WHAT IS REQUIRED
Only the lines from the start of the data through the one containing "(7.62, 48.26), align=None)" belong in your answer; return them exactly.

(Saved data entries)
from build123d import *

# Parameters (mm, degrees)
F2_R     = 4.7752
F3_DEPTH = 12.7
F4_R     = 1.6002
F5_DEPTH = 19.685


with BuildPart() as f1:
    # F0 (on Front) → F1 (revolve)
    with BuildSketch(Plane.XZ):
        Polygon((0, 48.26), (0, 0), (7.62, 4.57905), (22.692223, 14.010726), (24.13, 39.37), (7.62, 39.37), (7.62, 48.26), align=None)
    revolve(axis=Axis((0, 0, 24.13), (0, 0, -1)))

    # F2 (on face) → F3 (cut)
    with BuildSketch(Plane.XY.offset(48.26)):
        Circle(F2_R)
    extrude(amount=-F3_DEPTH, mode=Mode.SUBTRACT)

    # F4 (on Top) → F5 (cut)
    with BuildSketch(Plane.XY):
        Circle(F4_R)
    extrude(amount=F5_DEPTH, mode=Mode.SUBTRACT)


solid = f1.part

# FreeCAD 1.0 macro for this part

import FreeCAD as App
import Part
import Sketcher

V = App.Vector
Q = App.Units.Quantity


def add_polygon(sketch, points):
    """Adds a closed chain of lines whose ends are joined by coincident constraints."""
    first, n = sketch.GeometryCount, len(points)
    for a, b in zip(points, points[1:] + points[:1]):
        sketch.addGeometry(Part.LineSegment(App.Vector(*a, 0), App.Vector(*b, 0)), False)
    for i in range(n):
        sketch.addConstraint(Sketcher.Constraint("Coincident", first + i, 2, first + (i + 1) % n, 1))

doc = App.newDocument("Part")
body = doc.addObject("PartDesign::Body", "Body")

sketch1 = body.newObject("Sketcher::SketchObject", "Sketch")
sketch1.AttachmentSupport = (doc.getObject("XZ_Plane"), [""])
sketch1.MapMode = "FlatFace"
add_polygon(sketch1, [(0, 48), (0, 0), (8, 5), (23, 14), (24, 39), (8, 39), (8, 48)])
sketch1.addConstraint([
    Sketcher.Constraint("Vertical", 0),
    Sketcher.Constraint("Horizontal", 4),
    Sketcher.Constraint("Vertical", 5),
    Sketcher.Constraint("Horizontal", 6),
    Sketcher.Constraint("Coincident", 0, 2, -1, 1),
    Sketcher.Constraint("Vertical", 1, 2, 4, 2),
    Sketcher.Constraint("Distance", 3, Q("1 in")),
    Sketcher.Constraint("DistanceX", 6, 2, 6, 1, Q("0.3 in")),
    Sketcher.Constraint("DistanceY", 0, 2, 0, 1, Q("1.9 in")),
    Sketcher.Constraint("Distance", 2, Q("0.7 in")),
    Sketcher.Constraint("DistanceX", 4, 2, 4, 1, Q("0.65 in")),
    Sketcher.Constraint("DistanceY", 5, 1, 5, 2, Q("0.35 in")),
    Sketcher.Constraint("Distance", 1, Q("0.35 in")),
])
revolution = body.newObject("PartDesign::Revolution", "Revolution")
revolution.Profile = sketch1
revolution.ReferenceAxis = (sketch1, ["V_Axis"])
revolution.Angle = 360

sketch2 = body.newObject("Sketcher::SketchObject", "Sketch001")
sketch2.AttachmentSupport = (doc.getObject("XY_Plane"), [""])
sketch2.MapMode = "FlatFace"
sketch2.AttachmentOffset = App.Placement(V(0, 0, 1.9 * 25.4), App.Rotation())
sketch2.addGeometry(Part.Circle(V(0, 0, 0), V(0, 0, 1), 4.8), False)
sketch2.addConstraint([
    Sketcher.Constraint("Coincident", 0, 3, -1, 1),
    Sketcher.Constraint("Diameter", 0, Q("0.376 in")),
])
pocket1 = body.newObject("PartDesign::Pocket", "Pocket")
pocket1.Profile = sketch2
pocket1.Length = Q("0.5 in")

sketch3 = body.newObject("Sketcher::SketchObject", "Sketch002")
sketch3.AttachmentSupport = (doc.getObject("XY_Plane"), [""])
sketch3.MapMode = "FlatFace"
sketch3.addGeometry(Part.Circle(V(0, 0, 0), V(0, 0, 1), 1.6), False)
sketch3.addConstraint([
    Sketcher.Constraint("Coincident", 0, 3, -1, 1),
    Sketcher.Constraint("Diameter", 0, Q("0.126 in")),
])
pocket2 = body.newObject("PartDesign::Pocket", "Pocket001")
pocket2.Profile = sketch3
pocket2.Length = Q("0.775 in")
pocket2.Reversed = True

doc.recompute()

FINAL ANSWER
from build123d import *

# Parameters (mm, degrees)
F2_R     = 4.7752
F3_DEPTH = 12.7
F4_R     = 1.6002
F5_DEPTH = 19.685


with BuildPart() as f1:
    # F0 (on Front) → F1 (revolve)
    with BuildSketch(Plane.XZ):
        Polygon((0, 48.26), (0, 0), (7.62, 4.57905), (22.692223, 14.010726), (24.13, 39.37), (7.62, 39.37), (7.62, 48.26), align=None)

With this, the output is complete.